30349392 Familial aggregation and heritability of type 1 diabetes mellitus and coaggregation of chr 2018 PURPOSE: To estimate the extent of familial aggregation of type 1 diabetes (T1D) and coaggregation of related chronic diseases and assess the relative contribution of environmental and genetic factors on the risks. PATIENTS AND METHODS: This population-based study used the Taiwan National Health Insurance database to reconstruct family structure and identify people with T1D and other chronic diseases between 1999 and 2015. Relative risks (RRs) for T1D and other chronic diseases and heritability of T1D were estimated. Heritability was estimated using the polygenic liability model.

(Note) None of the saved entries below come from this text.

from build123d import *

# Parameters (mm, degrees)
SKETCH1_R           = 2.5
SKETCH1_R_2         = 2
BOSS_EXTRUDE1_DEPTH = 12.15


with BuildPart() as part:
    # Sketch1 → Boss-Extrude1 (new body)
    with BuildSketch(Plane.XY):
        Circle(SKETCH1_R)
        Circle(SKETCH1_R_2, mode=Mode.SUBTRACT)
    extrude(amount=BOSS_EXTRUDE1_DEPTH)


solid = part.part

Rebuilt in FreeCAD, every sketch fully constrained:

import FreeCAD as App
import Part
import Sketcher
from FreeCAD import Vector

doc = App.newDocument("Part")
body = doc.addObject("PartDesign::Body", "Body")

# Sketch on XY plane
sketch1 = body.newObject("Sketcher::SketchObject", "Sketch")
sketch1.AttachmentSupport = (doc.getObject("XY_Plane"), [""])
sketch1.MapMode = "FlatFace"
sketch1.addGeometry([
    Part.Circle(Vector(0, 0, 0), Vector(0, 0, 1), 2.5),
    Part.Circle(Vector(0, 0, 0), Vector(0, 0, 1), 2),
], False)
sketch1.addConstraint([
    Sketcher.Constraint("Coincident", 0, 3, -1, 1),
    Sketcher.Constraint("Coincident", 1, 3, -1, 1),
    Sketcher.Constraint("Diameter", 0, 5.0),
    Sketcher.Constraint("Diameter", 1, 4.0),
])
pad1 = body.newObject("PartDesign::Pad", "Pad")
pad1.Profile = sketch1
pad1.Length = 12.15

doc.recompute()
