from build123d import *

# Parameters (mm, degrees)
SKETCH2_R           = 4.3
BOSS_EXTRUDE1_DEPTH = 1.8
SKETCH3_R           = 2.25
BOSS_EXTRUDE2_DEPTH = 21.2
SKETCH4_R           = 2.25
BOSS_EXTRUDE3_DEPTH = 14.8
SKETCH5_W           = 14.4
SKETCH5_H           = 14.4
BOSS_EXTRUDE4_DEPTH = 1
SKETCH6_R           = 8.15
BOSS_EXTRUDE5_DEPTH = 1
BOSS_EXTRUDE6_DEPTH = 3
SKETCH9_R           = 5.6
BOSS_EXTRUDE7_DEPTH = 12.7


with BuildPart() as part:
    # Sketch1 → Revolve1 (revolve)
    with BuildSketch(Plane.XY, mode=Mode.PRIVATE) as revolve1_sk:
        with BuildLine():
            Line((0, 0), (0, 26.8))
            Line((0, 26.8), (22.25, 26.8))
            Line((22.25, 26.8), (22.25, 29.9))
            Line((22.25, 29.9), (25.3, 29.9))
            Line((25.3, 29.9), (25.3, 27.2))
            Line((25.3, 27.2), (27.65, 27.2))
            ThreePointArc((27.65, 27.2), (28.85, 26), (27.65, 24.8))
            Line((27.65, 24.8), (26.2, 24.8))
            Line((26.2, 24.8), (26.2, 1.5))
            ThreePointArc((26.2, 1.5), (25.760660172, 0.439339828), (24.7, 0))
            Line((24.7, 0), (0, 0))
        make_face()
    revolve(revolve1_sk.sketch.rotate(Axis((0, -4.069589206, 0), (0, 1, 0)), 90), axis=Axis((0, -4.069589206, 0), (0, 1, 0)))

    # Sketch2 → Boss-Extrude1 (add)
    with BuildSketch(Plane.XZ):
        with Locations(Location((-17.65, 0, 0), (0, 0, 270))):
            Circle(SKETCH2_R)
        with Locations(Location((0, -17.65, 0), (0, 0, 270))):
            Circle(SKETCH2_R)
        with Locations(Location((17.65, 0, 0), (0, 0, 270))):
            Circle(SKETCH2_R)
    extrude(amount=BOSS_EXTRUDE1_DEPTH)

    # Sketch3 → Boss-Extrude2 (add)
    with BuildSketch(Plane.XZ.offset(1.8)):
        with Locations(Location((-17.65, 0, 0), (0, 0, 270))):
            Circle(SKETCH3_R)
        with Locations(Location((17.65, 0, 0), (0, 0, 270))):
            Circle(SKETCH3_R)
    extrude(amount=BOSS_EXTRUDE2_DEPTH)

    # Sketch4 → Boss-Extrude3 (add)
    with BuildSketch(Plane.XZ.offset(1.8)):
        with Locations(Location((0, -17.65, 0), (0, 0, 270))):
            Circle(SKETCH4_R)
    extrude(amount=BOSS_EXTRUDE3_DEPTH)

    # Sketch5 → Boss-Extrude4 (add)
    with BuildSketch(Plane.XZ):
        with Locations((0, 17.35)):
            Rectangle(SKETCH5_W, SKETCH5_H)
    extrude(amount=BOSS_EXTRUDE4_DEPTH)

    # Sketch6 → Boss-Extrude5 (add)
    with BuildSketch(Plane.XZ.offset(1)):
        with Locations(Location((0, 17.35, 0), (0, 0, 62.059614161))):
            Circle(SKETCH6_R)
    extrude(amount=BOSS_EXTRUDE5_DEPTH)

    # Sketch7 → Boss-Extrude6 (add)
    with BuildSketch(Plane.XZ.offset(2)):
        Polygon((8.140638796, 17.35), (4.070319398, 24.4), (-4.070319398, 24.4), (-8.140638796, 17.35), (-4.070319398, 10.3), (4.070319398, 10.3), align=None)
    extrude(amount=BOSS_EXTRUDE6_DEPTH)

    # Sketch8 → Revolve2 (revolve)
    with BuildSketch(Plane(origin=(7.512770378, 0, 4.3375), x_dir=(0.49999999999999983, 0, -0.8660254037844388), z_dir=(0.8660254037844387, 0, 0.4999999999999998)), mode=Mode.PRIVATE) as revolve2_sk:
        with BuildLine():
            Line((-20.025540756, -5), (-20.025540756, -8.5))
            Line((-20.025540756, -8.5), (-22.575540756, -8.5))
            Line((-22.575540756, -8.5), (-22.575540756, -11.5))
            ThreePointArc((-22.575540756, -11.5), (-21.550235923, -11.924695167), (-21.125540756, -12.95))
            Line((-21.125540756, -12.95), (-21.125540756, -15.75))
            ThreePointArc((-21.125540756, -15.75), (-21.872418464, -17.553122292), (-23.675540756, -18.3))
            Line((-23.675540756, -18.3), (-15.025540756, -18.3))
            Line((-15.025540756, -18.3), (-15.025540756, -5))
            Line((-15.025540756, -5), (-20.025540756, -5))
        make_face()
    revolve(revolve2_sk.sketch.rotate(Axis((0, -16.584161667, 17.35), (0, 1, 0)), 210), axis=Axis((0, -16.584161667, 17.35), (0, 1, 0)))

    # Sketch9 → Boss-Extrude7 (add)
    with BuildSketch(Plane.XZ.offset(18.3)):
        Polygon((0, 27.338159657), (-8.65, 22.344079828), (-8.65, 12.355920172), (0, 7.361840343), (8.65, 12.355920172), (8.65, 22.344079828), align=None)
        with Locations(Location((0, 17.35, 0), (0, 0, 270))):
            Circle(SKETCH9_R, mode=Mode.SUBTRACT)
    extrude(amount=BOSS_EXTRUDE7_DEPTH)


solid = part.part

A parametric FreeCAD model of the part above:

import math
import FreeCAD as App
import Part
import Sketcher
Q = App.Units.Quantity

doc = App.newDocument("Part")
body = doc.addObject("PartDesign::Body", "Body")

sketch1 = body.newObject("Sketcher::SketchObject", "Sketch")
sketch1.AttachmentSupport = (doc.getObject("XY_Plane"), [""])
sketch1.MapMode = "FlatFace"
sketch1.addGeometry(Part.LineSegment(App.Vector(0, 26.8, 0), App.Vector(0, 0, 0)), False)
sketch1.addGeometry(Part.LineSegment(App.Vector(0, 0, 0), App.Vector(24.7, 0, 0)), False)
sketch1.addGeometry(Part.ArcOfCircle(Part.Circle(App.Vector(24.7, 1.5, 0), App.Vector(0, 0, 1), 1.5), math.radians(-90), math.radians(0)), False)
sketch1.addGeometry(Part.LineSegment(App.Vector(26.2, 1.5, 0), App.Vector(26.2, 24.8, 0)), False)
sketch1.addGeometry(Part.LineSegment(App.Vector(26.2, 24.8, 0), App.Vector(27.65, 24.8, 0)), False)
sketch1.addGeometry(Part.ArcOfCircle(Part.Circle(App.Vector(27.65, 26, 0), App.Vector(0, 0, 1), 1.2), math.radians(-90), math.radians(90)), False)
sketch1.addGeometry(Part.LineSegment(App.Vector(27.65, 27.2, 0), App.Vector(25.3, 27.2, 0)), False)
sketch1.addGeometry(Part.LineSegment(App.Vector(25.3, 27.2, 0), App.Vector(25.3, 29.9, 0)), False)
sketch1.addGeometry(Part.LineSegment(App.Vector(25.3, 29.9, 0), App.Vector(22.25, 29.9, 0)), False)
sketch1.addGeometry(Part.LineSegment(App.Vector(22.25, 29.9, 0), App.Vector(22.25, 26.8, 0)), False)
sketch1.addGeometry(Part.LineSegment(App.Vector(22.25, 26.8, 0), App.Vector(0, 26.8, 0)), False)
sketch1.addConstraint(Sketcher.Constraint("Coincident", 0, 2, 1, 1))
sketch1.addConstraint(Sketcher.Constraint("Tangent", 1, 2, 2, 1))
sketch1.addConstraint(Sketcher.Constraint("Tangent", 2, 2, 3, 1))
sketch1.addConstraint(Sketcher.Constraint("Coincident", 3, 2, 4, 1))
sketch1.addConstraint(Sketcher.Constraint("Tangent", 4, 2, 5, 1))
sketch1.addConstraint(Sketcher.Constraint("Tangent", 5, 2, 6, 1))
sketch1.addConstraint(Sketcher.Constraint("Coincident", 6, 2, 7, 1))
sketch1.addConstraint(Sketcher.Constraint("Coincident", 7, 2, 8, 1))
sketch1.addConstraint(Sketcher.Constraint("Coincident", 8, 2, 9, 1))
sketch1.addConstraint(Sketcher.Constraint("Coincident", 9, 2, 10, 1))
sketch1.addConstraint(Sketcher.Constraint("Coincident", 10, 2, 0, 1))
sketch1.addConstraint(Sketcher.Constraint("Vertical", 0))
sketch1.addConstraint(Sketcher.Constraint("Horizontal", 1))
sketch1.addConstraint(Sketcher.Constraint("Vertical", 3))
sketch1.addConstraint(Sketcher.Constraint("Horizontal", 4))
sketch1.addConstraint(Sketcher.Constraint("Horizontal", 6))
sketch1.addConstraint(Sketcher.Constraint("Vertical", 7))
sketch1.addConstraint(Sketcher.Constraint("Horizontal", 8))
sketch1.addConstraint(Sketcher.Constraint("Vertical", 9))
sketch1.addConstraint(Sketcher.Constraint("Horizontal", 10))
sketch1.addConstraint(Sketcher.Constraint("Coincident", 0, 2, -1, 1))
sketch1.addConstraint(Sketcher.Constraint("Radius", 2, 1.5))
sketch1.addConstraint(Sketcher.Constraint("Radius", 5, 1.2))
sketch1.addConstraint(Sketcher.Constraint("DistanceX", 1, 1, 1, 2, 24.7))
sketch1.addConstraint(Sketcher.Constraint("DistanceY", 0, 2, 0, 1, 26.8))
sketch1.addConstraint(Sketcher.Constraint("DistanceY", 3, 1, 3, 2, 23.3))
sketch1.addConstraint(Sketcher.Constraint("DistanceY", 7, 1, 7, 2, 2.7))
sketch1.addConstraint(Sketcher.Constraint("DistanceX", 4, 1, 4, 2, 1.45))
sketch1.addConstraint(Sketcher.Constraint("DistanceX", 6, 2, 6, 1, 2.35))
sketch1.addConstraint(Sketcher.Constraint("DistanceX", 8, 2, 8, 1, 3.05))
revolution = body.newObject("PartDesign::Revolution", "Revolution")
revolution.Profile = sketch1
revolution.ReferenceAxis = (sketch1, ["V_Axis"])
revolution.Angle = 360

sketch2 = body.newObject("Sketcher::SketchObject", "Sketch001")
sketch2.AttachmentSupport = (doc.getObject("XZ_Plane"), [""])
sketch2.MapMode = "FlatFace"
sketch2.addGeometry(Part.Circle(App.Vector(-17.65, 0, 0), App.Vector(0, 0, 1), 4.3), False)
sketch2.addGeometry(Part.Circle(App.Vector(0, -17.65, 0), App.Vector(0, 0, 1), 4.3), False)
sketch2.addGeometry(Part.Circle(App.Vector(17.65, 0, 0), App.Vector(0, 0, 1), 4.3), False)
sketch2.addConstraint(Sketcher.Constraint("Equal", 0, 1))
sketch2.addConstraint(Sketcher.Constraint("Equal", 1, 2))
sketch2.addConstraint(Sketcher.Constraint("Symmetric", 0, 3, 2, 3, -1, 1))
sketch2.addConstraint(Sketcher.Constraint("PointOnObject", 0, 3, -1))
sketch2.addConstraint(Sketcher.Constraint("PointOnObject", 1, 3, -2))
sketch2.addConstraint(Sketcher.Constraint("Diameter", 0, 8.6))
sketch2.addConstraint(Sketcher.Constraint("DistanceX", 0, 3, 2, 3, 35.3))
sketch2.addConstraint(Sketcher.Constraint("DistanceY", 1, 3, -1, 1, 17.65))
pad1 = body.newObject("PartDesign::Pad", "Pad")
pad1.Profile = sketch2
pad1.Length = 1.8

sketch3 = body.newObject("Sketcher::SketchObject", "Sketch002")
sketch3.AttachmentSupport = (doc.getObject("XZ_Plane"), [""])
sketch3.MapMode = "FlatFace"
sketch3.AttachmentOffset = App.Placement(App.Vector(0, 0, 1.8), App.Rotation())
sketch3.addGeometry(Part.Circle(App.Vector(-17.65, 0, 0), App.Vector(0, 0, 1), 2.25), False)
sketch3.addGeometry(Part.Circle(App.Vector(17.65, 0, 0), App.Vector(0, 0, 1), 2.25), False)
sketch3.addConstraint(Sketcher.Constraint("Equal", 0, 1))
sketch3.addConstraint(Sketcher.Constraint("Symmetric", 0, 3, 1, 3, -1, 1))
sketch3.addConstraint(Sketcher.Constraint("PointOnObject", 0, 3, -1))
sketch3.addConstraint(Sketcher.Constraint("Diameter", 0, 4.5))
sketch3.addConstraint(Sketcher.Constraint("DistanceX", 0, 3, 1, 3, 35.3))
pad2 = body.newObject("PartDesign::Pad", "Pad001")
pad2.Profile = sketch3
pad2.Length = 21.2

sketch4 = body.newObject("Sketcher::SketchObject", "Sketch003")
sketch4.AttachmentSupport = (doc.getObject("XZ_Plane"), [""])
sketch4.MapMode = "FlatFace"
sketch4.AttachmentOffset = App.Placement(App.Vector(0, 0, 1.8), App.Rotation())
sketch4.addGeometry(Part.Circle(App.Vector(0, -17.65, 0), App.Vector(0, 0, 1), 2.25), False)
sketch4.addConstraint(Sketcher.Constraint("PointOnObject", 0, 3, -2))
sketch4.addConstraint(Sketcher.Constraint("Diameter", 0, 4.5))
sketch4.addConstraint(Sketcher.Constraint("DistanceY", 0, 3, -1, 1, 17.65))
pad3 = body.newObject("PartDesign::Pad", "Pad002")
pad3.Profile = sketch4
pad3.Length = 14.8

sketch5 = body.newObject("Sketcher::SketchObject", "Sketch004")
sketch5.AttachmentSupport = (doc.getObject("XZ_Plane"), [""])
sketch5.MapMode = "FlatFace"
sketch5.addGeometry(Part.LineSegment(App.Vector(-7.2, 24.55, 0), App.Vector(-7.2, 10.15, 0)), False)
sketch5.addGeometry(Part.LineSegment(App.Vector(-7.2, 10.15, 0), App.Vector(7.2, 10.15, 0)), False)
sketch5.addGeometry(Part.LineSegment(App.Vector(7.2, 10.15, 0), App.Vector(7.2, 24.55, 0)), False)
sketch5.addGeometry(Part.LineSegment(App.Vector(7.2, 24.55, 0), App.Vector(-7.2, 24.55, 0)), False)
sketch5.addConstraint(Sketcher.Constraint("Coincident", 0, 2, 1, 1))
sketch5.addConstraint(Sketcher.Constraint("Coincident", 1, 2, 2, 1))
sketch5.addConstraint(Sketcher.Constraint("Coincident", 2, 2, 3, 1))
sketch5.addConstraint(Sketcher.Constraint("Coincident", 3, 2, 0, 1))
sketch5.addConstraint(Sketcher.Constraint("Vertical", 0))
sketch5.addConstraint(Sketcher.Constraint("Horizontal", 1))
sketch5.addConstraint(Sketcher.Constraint("Vertical", 2))
sketch5.addConstraint(Sketcher.Constraint("Horizontal", 3))
sketch5.addConstraint(Sketcher.Constraint("Equal", 3, 0))
sketch5.addConstraint(Sketcher.Constraint("DistanceX", 1, 1, 1, 2, 14.4))
sketch5.addConstraint(Sketcher.Constraint("DistanceX", 0, 2, -1, 1, 7.2))
sketch5.addConstraint(Sketcher.Constraint("DistanceY", -1, 1, 0, 2, 10.15))
pad4 = body.newObject("PartDesign::Pad", "Pad003")
pad4.Profile = sketch5
pad4.Length = 1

RESULTS: Validation of family structure found the positive predictive value to be 98.7% for maternal links and 98.6% for paternal links. Having an affected twin, first-degree relative, or spouse was associated with an adjusted RR (95% CI) of 553.66 (427.59-716.89), 32.49 (28.66-36.84), and 2.17 (0.31-15.40) for T1D, respectively. Based on the polygenic liability model, heritability, shared and non-shared contributions to T1D, and variances were 66.50%, 10.86%, and 22.64%, respectively. A family history of T1D was associated with an RR (95% CI) of 1.51 (1.20-1.89) for rheumatoid arthritis, 1.66 (1.21-2.26) for Sjögren's syndrome, 1.48 (1.09-2.01) for systemic lupus erythematosus, 1.24 (1.14-1.35) for simple goiter, 1.16 (1.04-1.31) for non-toxic nodular goiter, 1.61 (1.49-1.74) for thyrotoxicosis, 1.78 (1.57-2.01) for acquired hypothyroidism, 1.66 (1.40-1.98) for thyroiditis, and 1.15 (0.97-1.37) for epilepsy. CONCLUSION: These data highlight the importance of the genetic contribution to T1D and confirm the coaggregation of autoimmune and metabolic diseases with T1D.